Dataset items
=======

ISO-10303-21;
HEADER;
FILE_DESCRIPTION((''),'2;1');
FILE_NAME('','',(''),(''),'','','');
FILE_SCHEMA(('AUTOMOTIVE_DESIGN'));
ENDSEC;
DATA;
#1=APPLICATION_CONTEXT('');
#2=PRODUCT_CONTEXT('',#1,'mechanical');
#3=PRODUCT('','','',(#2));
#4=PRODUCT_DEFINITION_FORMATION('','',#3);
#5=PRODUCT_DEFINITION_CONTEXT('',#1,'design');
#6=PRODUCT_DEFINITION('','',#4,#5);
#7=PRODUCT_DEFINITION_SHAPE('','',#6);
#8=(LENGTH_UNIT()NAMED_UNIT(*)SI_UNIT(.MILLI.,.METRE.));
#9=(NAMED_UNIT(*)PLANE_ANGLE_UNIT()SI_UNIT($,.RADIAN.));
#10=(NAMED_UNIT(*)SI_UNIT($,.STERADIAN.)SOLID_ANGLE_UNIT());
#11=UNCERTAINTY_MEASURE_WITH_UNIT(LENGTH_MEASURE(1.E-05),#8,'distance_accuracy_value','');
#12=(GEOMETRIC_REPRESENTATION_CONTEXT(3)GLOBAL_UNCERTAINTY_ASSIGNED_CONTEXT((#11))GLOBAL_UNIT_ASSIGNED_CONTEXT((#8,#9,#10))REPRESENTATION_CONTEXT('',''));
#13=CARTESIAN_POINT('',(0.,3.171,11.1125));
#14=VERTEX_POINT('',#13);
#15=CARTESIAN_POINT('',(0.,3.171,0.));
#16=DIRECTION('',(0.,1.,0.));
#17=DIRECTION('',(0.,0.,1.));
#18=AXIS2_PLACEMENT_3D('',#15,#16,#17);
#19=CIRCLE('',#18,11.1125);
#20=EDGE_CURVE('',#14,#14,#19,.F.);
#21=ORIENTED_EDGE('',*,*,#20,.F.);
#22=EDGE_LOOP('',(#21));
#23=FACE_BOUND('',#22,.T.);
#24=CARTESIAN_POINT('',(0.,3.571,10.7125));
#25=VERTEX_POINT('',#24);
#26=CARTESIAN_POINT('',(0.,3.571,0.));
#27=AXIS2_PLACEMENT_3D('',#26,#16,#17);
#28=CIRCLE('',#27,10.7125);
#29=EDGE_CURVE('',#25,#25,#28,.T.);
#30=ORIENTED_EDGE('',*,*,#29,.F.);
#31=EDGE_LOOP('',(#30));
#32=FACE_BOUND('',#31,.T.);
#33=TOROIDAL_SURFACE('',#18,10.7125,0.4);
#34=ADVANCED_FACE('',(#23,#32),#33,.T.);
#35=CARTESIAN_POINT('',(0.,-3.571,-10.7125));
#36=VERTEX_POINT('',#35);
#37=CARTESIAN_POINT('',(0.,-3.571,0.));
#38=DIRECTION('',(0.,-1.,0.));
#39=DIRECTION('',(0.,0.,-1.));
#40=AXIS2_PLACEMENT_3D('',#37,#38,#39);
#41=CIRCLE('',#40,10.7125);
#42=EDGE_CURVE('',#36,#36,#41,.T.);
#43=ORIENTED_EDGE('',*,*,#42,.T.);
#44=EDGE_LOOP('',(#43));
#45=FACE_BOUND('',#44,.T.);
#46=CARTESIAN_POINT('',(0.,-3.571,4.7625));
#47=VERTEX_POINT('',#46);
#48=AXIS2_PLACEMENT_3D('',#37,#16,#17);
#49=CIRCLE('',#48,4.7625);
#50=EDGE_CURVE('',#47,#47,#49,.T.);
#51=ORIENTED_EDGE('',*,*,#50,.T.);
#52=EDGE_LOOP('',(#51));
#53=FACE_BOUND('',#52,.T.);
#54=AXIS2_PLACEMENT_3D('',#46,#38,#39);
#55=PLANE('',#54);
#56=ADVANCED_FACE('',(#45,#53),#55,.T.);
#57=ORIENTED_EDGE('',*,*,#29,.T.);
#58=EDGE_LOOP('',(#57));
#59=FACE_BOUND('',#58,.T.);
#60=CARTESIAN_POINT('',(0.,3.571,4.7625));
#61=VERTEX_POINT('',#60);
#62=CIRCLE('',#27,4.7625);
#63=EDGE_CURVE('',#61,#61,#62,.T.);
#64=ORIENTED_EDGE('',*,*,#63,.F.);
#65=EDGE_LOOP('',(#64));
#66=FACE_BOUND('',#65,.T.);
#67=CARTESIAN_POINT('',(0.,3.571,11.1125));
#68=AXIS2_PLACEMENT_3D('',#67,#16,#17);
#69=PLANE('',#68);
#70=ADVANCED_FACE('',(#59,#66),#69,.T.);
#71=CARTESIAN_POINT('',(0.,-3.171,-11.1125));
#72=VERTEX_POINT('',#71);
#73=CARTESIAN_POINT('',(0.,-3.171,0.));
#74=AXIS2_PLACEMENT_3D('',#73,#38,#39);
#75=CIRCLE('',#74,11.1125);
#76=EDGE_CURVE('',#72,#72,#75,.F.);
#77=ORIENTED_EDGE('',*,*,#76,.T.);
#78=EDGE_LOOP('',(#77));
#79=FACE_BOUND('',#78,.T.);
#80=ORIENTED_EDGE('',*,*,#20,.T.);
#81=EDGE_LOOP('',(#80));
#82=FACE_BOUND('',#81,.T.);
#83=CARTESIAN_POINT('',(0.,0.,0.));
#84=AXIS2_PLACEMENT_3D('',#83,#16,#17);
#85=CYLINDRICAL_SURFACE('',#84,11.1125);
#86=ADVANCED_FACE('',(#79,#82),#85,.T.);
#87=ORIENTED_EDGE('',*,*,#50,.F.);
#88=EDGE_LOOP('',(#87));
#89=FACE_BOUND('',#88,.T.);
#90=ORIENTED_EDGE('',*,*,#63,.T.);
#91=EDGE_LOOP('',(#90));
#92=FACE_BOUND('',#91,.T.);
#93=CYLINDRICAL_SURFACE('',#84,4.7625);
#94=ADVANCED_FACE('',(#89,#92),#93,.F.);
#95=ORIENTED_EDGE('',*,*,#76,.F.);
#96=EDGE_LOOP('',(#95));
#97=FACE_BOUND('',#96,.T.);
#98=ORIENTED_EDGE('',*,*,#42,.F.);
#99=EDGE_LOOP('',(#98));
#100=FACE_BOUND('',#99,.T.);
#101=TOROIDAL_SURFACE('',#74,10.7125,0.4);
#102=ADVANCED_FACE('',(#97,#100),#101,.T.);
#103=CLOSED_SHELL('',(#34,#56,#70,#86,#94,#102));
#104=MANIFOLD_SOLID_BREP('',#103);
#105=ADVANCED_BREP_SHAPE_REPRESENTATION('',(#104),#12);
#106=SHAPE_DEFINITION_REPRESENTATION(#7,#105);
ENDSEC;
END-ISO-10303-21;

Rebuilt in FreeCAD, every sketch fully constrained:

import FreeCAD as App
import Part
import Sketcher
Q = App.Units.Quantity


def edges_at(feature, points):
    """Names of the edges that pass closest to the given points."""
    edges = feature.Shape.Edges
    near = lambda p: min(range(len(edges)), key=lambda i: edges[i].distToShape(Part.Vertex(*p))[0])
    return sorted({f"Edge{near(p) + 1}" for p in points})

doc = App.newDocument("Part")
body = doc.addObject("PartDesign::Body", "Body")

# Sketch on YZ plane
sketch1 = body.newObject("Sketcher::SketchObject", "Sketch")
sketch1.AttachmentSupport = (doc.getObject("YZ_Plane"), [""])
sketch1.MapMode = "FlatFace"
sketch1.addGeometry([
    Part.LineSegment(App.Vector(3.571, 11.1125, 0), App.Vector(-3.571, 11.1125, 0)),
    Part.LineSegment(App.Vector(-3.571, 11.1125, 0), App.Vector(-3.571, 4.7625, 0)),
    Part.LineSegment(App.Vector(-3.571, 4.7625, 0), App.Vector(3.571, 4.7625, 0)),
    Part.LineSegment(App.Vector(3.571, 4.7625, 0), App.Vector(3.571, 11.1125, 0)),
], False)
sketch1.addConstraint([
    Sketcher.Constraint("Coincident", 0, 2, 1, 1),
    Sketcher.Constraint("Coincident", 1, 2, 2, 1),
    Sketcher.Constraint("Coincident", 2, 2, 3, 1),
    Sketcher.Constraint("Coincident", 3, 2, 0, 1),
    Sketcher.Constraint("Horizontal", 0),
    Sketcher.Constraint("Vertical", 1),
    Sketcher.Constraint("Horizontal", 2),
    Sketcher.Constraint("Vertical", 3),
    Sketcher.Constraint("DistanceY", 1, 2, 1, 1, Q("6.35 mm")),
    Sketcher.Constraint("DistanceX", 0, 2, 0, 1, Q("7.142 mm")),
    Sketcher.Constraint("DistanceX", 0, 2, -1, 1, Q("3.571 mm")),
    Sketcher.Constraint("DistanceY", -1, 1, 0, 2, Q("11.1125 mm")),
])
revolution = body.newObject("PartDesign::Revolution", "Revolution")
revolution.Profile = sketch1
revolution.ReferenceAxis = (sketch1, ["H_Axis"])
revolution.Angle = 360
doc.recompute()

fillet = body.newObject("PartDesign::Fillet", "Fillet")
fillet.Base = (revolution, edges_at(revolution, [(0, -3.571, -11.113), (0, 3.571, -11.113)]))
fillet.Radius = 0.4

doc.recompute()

=======

* TASK TO CARRY OUT
Above are the entries. Output exactly the lines beginning with the line that has "#84=AXIS2_PLACEMENT_3D('',#83,#16,#17);" and ending with the line that has "#90=ORIENTED_EDGE('',*,*,#63,.T.);".

* WRITTEN ANSWER
#84=AXIS2_PLACEMENT_3D('',#83,#16,#17);
#85=CYLINDRICAL_SURFACE('',#84,11.1125);
#86=ADVANCED_FACE('',(#79,#82),#85,.T.);
#87=ORIENTED_EDGE('',*,*,#50,.F.);
#88=EDGE_LOOP('',(#87));
#89=FACE_BOUND('',#88,.T.);
#90=ORIENTED_EDGE('',*,*,#63,.T.);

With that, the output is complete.